Alis y Huancaya!!, recuerdo haber bailado una yunza alla cuando tenía 14 o 15 años, q recuerdos. 
Muy buena las fotos, el paisaje con los cerros, el rio ... es realmente espectacular y la carretera ni hablar es toda una aventura.


----------



## roberto_vp (Feb 8, 2008)

Hermoso! El pueblo y la naturaleza!


----------



## Inkandrew9 (Jul 11, 2007)

rasogu said:


> huancaya? la hermana menor de huancayo (si lo se broma estupida). NO veo la fotos del peublo solo del paisaje


Yo tambien iba a hacer esa broma ... :nuts:

Me gusta lo que has mostrado, ClauDia. El pueblo luce acogedor y tranquilo, el entorno tiene unos paisajes muy bellos. :cheers:


----------



## skyperu34 (May 25, 2003)

Me encantan estos pueblitos tan cheveres, acogedores y su entorno natural, siempre impresionante y bello.

Gracias por el tema ON, chica OFF !!!


----------



## Vane de Rosas (May 8, 2005)

skyperu34 said:


> Gracias por el tema ON, chica OFF !!!


^^ Tu eres terrible.... la chica hace buenos threads on.

Lindo lugar, el paisaje espectacular... el problema son ciertas vías de acceso y cuando llueve no es tan facil de llegar ahí y ver todo lo bello que tiene el lugar.

Las imágenes dejan con la boca abierta.


----------



## *ClauDia* (May 1, 2005)

skyperu34 said:


> Me encantan estos pueblitos tan cheveres, acogedores y su entorno natural, siempre impresionante y bello.
> 
> Gracias por el tema ON, chica OFF !!!


:sleepy: 

No podría existir el brig para los moderadores tb? :happy:


----------



## *ClauDia* (May 1, 2005)

Aun hay mas !


----------



## El Bajopontino (Feb 17, 2005)

Estuve allí en el 2005, realmente es un lugar hermoso.


----------



## Jorge_U_Otaku (Sep 12, 2008)

Se nota que es encantador el paisaje, me guataría pasarme una tarde allá.


----------



## Ekeko (Dec 13, 2006)

Primera vez que fotos de esos lugares, todo se ve apacible, tranquilo, como para pasar un fin de semana caminando y admirando los paisajes. 
Hay hospedaje en el pueblo?


----------



## Canelita (Jul 15, 2007)

Wow--espectacular el lugar, Clau. Un verdadero tesoro casi escondido...¡buen hallazgo!


----------



## Limeñito (Mar 13, 2007)

No en vano es una de las pocas reservas paisajísticas en el Perú.


----------



## 100%imperial (Aug 20, 2008)

q hermozo, q geografia, q paisajes, como amo la naturaleza......


----------



## Martinni (Oct 17, 2008)

Simplemente fascinanate!!!... sin ir muy lejos.


----------



## Poligono (Apr 18, 2007)

Muy lindos los paisajes de Huancaya, la hermana menor de Huancayo :lol: (guárdense los tomates que yo no inventé el chiste), alguna vez vi un especial en televisión de este lugar y era maravilloso con las cordillera tan cerca, con sus ríos y riachuelos, con el verde de sus campos y ese cielo tan limpio.



*ClauDia* said:


>


Y yo conozco al hermano gemelo de esta loza deportiva, el entorno es tremendamente parecido, lo peculiar es que se encuentra en la propia Lima, eso si, se tiene que aguzar la puntería si no se acabó el partido.


----------



## Poligono (Apr 18, 2007)

*ClauDia* said:


>


Por que e chevere...

Chevere...




Vane de Rosas said:


> ^^ Tu eres terrible.... la chica hace buenos threads *on*.
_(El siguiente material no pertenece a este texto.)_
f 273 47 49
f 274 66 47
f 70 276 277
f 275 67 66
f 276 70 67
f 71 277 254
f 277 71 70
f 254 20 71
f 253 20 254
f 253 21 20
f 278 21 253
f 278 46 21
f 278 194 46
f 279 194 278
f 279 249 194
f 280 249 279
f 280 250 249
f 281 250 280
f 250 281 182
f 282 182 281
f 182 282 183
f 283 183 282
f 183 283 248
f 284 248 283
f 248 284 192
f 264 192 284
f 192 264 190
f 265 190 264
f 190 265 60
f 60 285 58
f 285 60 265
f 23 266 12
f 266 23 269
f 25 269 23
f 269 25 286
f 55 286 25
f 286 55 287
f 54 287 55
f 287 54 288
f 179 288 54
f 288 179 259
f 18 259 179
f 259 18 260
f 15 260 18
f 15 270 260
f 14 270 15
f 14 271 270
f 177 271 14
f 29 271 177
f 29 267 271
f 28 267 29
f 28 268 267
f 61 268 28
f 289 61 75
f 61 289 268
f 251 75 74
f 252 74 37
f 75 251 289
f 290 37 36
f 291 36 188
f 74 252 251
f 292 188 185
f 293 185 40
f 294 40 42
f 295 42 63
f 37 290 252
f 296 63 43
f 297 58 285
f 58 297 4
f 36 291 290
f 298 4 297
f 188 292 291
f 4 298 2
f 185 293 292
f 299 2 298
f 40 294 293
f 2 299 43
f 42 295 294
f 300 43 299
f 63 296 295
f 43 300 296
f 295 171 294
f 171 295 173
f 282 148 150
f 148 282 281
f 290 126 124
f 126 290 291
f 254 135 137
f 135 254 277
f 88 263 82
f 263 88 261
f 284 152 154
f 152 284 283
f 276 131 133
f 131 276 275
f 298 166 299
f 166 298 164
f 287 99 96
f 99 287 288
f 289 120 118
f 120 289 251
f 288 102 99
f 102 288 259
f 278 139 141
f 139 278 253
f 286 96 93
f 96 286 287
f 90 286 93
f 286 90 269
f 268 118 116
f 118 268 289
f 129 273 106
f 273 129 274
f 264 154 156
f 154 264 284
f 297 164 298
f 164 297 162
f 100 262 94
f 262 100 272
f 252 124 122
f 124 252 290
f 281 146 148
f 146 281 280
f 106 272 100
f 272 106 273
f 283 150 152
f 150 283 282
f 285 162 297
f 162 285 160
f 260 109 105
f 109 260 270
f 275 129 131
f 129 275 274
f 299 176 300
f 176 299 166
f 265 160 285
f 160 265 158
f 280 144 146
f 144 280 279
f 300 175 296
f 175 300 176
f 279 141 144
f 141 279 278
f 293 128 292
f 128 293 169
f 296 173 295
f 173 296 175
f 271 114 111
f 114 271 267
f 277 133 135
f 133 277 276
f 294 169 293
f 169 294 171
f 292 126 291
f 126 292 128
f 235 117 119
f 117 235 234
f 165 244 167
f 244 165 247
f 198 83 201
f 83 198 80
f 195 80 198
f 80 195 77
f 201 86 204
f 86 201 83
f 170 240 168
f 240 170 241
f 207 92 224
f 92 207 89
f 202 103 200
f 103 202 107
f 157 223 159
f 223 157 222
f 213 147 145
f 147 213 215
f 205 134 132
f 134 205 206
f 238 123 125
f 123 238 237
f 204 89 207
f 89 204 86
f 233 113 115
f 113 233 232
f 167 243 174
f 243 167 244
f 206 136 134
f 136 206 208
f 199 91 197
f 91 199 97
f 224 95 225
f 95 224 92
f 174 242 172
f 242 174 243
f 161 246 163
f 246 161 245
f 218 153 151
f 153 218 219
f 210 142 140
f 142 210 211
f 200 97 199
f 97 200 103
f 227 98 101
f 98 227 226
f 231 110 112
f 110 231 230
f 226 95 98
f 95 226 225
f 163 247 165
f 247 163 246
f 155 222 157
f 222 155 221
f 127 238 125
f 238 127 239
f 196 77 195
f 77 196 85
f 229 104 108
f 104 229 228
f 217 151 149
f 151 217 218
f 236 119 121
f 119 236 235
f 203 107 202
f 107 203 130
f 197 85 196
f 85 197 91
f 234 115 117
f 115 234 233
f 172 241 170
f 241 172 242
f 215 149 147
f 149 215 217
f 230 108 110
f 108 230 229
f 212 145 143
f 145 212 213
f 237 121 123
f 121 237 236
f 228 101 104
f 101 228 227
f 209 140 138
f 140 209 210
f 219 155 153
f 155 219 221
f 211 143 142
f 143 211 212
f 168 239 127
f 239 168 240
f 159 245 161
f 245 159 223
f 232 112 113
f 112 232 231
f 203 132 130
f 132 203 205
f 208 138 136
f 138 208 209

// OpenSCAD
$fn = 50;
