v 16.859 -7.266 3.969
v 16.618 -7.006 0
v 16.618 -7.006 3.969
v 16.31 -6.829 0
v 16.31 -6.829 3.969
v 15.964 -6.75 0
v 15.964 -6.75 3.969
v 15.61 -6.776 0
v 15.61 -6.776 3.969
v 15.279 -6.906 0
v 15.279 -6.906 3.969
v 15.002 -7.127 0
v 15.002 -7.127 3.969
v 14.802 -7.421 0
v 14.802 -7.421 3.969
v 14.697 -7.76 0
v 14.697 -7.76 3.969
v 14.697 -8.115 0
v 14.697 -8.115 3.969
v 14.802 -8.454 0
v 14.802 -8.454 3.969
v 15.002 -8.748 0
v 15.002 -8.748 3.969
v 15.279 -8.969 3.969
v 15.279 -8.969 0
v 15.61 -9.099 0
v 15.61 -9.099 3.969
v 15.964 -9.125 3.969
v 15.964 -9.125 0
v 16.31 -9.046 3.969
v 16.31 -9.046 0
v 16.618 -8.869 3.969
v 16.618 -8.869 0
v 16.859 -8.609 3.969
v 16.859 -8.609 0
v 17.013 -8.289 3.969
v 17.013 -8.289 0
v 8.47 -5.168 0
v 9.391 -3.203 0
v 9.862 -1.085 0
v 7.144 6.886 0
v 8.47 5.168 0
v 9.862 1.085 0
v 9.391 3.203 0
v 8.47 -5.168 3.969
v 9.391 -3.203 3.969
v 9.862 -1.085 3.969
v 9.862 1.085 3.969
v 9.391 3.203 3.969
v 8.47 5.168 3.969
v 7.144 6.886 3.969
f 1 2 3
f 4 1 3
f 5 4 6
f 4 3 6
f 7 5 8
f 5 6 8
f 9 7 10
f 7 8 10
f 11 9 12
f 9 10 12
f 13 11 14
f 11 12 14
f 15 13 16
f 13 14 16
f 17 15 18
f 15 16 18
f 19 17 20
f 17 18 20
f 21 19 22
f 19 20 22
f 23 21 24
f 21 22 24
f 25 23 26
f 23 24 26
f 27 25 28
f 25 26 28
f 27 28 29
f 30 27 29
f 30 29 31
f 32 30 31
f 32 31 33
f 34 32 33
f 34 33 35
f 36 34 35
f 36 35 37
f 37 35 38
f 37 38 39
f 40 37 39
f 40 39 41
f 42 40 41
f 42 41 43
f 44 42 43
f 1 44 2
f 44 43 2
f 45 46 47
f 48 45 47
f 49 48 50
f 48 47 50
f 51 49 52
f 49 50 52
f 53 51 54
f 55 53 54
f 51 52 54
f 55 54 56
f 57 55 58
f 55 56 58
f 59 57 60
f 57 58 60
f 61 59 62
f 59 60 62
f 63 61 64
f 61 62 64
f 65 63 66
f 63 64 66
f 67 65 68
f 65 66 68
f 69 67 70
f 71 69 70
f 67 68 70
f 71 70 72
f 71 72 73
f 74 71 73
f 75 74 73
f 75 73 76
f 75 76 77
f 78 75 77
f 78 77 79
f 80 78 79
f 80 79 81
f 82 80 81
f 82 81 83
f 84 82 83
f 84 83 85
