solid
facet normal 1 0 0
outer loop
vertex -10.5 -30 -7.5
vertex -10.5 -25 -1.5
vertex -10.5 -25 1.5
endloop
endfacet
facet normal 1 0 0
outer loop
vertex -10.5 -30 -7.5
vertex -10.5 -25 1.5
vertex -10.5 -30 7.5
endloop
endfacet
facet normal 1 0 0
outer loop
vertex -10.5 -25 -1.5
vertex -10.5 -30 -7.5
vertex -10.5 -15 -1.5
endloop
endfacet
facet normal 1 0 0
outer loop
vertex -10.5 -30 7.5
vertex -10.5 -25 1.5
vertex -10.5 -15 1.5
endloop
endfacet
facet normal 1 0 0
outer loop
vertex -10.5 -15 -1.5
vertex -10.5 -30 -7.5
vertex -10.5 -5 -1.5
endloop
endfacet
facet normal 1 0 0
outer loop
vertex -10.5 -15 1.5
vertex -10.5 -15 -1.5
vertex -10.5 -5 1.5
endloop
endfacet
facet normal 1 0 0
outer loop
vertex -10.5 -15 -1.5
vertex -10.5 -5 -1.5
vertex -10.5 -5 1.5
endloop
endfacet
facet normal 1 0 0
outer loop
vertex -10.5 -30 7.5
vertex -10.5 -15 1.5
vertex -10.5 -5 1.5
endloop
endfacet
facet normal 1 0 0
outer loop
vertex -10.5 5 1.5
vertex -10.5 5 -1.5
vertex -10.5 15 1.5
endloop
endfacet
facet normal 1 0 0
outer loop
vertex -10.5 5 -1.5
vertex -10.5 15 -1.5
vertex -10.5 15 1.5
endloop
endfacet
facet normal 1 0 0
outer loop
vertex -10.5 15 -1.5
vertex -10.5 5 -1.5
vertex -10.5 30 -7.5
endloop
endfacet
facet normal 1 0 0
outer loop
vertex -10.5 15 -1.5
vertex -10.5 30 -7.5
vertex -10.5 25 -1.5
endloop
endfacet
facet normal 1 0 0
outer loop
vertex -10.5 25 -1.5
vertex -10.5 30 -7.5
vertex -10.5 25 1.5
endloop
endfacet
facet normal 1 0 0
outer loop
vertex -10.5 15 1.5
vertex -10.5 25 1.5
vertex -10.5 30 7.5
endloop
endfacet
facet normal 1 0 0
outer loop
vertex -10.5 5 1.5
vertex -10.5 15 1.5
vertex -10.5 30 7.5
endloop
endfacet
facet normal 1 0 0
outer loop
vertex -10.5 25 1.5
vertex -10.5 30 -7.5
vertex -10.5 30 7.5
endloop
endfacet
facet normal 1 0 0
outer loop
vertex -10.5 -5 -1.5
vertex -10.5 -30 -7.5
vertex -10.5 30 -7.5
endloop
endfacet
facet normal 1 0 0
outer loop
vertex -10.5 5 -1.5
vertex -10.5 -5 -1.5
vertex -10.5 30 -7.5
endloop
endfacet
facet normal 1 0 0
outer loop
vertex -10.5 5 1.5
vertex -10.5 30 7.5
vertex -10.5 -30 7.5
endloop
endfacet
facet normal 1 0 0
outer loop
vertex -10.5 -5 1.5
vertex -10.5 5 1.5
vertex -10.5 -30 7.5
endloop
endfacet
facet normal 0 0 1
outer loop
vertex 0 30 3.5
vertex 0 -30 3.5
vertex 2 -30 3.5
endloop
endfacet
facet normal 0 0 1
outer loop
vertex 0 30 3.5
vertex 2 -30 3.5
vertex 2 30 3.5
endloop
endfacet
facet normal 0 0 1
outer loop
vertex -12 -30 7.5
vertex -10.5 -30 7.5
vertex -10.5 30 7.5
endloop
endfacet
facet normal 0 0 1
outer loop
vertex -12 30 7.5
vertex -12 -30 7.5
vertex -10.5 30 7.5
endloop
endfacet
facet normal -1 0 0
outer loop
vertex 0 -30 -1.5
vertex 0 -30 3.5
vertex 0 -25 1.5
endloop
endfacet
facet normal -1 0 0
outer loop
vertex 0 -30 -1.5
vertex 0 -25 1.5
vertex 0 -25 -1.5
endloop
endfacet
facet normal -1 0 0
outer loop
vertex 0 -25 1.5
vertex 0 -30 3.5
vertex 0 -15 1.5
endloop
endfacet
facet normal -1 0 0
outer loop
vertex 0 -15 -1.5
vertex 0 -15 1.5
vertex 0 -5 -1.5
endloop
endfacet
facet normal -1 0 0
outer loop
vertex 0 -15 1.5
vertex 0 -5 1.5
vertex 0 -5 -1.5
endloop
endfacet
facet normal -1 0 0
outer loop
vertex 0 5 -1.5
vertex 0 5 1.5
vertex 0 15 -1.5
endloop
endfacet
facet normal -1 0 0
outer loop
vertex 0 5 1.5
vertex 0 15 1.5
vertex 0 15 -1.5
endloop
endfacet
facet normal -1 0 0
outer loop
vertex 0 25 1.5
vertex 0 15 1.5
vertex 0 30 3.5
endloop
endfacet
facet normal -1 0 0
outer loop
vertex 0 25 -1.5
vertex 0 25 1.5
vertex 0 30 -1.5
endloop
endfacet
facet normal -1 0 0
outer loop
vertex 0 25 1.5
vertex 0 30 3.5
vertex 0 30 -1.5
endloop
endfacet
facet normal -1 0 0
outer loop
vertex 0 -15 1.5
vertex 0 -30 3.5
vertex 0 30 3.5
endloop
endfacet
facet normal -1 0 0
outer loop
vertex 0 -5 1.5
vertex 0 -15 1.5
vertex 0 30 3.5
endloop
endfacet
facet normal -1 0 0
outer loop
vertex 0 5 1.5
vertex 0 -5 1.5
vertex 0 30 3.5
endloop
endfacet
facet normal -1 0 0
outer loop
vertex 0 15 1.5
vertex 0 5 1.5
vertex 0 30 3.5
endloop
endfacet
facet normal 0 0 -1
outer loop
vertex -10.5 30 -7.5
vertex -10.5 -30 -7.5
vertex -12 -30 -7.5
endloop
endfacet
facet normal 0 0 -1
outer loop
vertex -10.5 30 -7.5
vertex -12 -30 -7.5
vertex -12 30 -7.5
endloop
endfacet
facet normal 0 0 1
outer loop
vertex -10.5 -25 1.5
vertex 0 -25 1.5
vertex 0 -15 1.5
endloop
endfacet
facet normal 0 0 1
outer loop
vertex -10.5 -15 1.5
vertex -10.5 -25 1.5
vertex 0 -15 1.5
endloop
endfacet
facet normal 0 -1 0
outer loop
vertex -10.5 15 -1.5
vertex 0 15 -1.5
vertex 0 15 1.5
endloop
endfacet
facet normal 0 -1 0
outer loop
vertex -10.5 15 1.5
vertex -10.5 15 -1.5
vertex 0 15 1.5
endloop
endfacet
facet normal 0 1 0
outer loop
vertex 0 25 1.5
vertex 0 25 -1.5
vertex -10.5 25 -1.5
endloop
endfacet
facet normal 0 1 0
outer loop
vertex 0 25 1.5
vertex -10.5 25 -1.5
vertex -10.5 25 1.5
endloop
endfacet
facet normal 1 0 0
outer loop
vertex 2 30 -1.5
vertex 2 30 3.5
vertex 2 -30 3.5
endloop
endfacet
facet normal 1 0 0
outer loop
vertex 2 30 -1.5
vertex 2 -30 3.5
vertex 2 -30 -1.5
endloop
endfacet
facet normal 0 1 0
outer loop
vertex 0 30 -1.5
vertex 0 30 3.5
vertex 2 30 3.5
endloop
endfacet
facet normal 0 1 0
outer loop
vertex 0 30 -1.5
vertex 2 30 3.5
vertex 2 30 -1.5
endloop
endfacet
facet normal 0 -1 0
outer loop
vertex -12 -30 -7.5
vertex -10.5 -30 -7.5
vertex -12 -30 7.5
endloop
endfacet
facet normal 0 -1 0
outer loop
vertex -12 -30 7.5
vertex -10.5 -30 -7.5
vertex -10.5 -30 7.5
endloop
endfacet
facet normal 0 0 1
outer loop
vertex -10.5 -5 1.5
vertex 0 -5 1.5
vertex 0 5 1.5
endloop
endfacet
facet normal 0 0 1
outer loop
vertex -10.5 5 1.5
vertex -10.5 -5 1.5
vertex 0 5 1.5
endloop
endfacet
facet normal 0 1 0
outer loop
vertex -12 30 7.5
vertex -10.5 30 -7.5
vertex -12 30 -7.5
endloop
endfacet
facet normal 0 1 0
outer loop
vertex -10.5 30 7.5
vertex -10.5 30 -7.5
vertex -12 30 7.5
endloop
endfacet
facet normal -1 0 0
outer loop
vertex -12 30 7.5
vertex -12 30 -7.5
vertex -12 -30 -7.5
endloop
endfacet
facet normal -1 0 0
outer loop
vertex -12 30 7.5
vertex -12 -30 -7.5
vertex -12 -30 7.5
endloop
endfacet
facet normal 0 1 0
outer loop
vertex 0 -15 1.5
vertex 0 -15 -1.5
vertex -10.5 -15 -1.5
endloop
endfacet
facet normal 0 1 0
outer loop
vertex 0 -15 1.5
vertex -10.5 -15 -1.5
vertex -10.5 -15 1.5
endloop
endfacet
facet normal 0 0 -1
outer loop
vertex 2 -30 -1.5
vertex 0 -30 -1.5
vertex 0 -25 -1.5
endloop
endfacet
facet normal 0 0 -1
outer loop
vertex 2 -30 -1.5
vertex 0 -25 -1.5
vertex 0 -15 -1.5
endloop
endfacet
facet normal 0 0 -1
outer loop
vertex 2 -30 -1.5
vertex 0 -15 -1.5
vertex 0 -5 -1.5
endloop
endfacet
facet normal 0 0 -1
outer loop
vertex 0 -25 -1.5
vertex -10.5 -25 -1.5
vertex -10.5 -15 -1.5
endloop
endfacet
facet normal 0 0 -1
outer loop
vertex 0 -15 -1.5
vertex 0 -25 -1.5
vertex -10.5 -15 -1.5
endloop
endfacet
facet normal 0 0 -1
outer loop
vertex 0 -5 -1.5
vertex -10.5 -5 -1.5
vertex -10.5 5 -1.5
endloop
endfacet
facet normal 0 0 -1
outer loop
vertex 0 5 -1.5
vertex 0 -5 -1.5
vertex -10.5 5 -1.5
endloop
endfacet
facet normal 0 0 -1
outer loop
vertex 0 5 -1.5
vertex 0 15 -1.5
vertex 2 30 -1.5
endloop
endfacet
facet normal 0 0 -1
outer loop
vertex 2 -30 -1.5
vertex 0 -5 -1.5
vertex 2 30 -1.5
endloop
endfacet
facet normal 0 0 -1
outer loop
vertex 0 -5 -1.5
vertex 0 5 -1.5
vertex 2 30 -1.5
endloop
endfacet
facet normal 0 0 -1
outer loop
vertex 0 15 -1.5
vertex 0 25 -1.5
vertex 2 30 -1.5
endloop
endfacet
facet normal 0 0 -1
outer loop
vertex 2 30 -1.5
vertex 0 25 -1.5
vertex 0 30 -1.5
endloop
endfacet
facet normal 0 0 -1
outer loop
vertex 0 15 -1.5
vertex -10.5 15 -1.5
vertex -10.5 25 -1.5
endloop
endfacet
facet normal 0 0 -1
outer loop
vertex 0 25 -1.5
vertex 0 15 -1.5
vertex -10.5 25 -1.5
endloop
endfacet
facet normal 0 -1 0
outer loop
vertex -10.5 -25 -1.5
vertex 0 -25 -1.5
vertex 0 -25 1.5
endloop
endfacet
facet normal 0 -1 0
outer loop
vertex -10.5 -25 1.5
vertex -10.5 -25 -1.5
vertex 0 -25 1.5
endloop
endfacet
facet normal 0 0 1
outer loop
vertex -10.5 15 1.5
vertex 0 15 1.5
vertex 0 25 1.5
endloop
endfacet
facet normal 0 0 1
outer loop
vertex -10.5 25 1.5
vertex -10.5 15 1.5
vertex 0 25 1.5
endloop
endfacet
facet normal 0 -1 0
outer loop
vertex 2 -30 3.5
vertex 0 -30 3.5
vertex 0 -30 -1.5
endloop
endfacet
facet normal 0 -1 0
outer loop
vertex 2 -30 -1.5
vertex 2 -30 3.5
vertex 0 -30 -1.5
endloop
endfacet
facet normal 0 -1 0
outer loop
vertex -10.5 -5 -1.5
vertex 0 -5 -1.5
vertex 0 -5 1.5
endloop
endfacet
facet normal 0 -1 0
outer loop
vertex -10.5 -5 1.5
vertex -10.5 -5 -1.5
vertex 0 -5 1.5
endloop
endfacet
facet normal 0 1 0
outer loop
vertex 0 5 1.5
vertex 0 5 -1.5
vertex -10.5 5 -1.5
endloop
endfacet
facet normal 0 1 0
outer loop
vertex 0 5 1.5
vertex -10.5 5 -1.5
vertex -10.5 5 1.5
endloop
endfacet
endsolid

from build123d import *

# Parameters (mm, degrees)
SKETCH_1_W      = 5
SKETCH_1_H      = 60
EXTRUDE_1_DEPTH = 2
SKETCH_2_W      = 3
SKETCH_2_H      = 10
EXTRUDE_2_DEPTH = 10.5
SKETCH_3_W      = 15
SKETCH_3_H      = 60
EXTRUDE_3_DEPTH = 1.5


with BuildPart() as part:
    # 草图1 → 凸台-拉伸1 (new body)
    with BuildSketch(Plane(origin=(0, 0, 0), x_dir=(0, 0, -1), z_dir=(1, 0, 0))):
        with Locations((-1, 0)):
            Rectangle(SKETCH_1_W, SKETCH_1_H)
    extrude(amount=EXTRUDE_1_DEPTH)

    # 草图2 → 凸台-拉伸2 (add)
    with BuildSketch(Plane.ZY):
        with Locations((0, 20)):
            Rectangle(SKETCH_2_W, SKETCH_2_H)
        Rectangle(SKETCH_2_W, SKETCH_2_H)
        with Locations((0, -20)):
            Rectangle(SKETCH_2_W, SKETCH_2_H)
    extrude(amount=EXTRUDE_2_DEPTH)

    # 草图3 → 凸台-拉伸3 (add)
    with BuildSketch(Plane.ZY.offset(10.5)):
        Rectangle(SKETCH_3_W, SKETCH_3_H)
    extrude(amount=EXTRUDE_3_DEPTH)


solid = part.part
Si pues, tiene razón, Sky ta bien ‘on pa decirle eso a la señorita.


----------



## Canelita (Jul 15, 2007)

^^
ajajaja, digamos mejor que Huancaya es la melliza de Huancayo, pues, así evitamos cualquier controversia. :lol:

Y ya me imagino a sky desde el Olimpo de la moderación, con un tremendo interruptor calificándonos: "Este forista es ON!!!... y este es OFF!!! $#%/!!!!"
:lol: 

Mejor no le pregunto de qué lado me ha puesto... hno: :angel: :lol: :jk:

¡¡¡Clau, más fotos ON, please!!!


----------



## *ClauDia* (May 1, 2005)

:lol: jajajaj 

Ya mas fotos mejor..


----------



## roberto_vp (Feb 8, 2008)

La sierra de Lima tiene paisajes preciosos.


----------



## Poligono (Apr 18, 2007)

*ClauDia* said:


>


No hay nada que hacer que somos un país futbolero, hasta en pueblos tan pequeños y accidentados se dan maña para destinar un espacio y construir un campo de fútbol.

Y muy lindo lugar, se ve espectacular para el relax.


----------



## nekun20 (Feb 6, 2007)

La naturaleza es preciosa, en el lugar donde hay casas falta pavimento, en fin... buenas fotos ! :cheers:


----------



## dra.naths (Feb 16, 2007)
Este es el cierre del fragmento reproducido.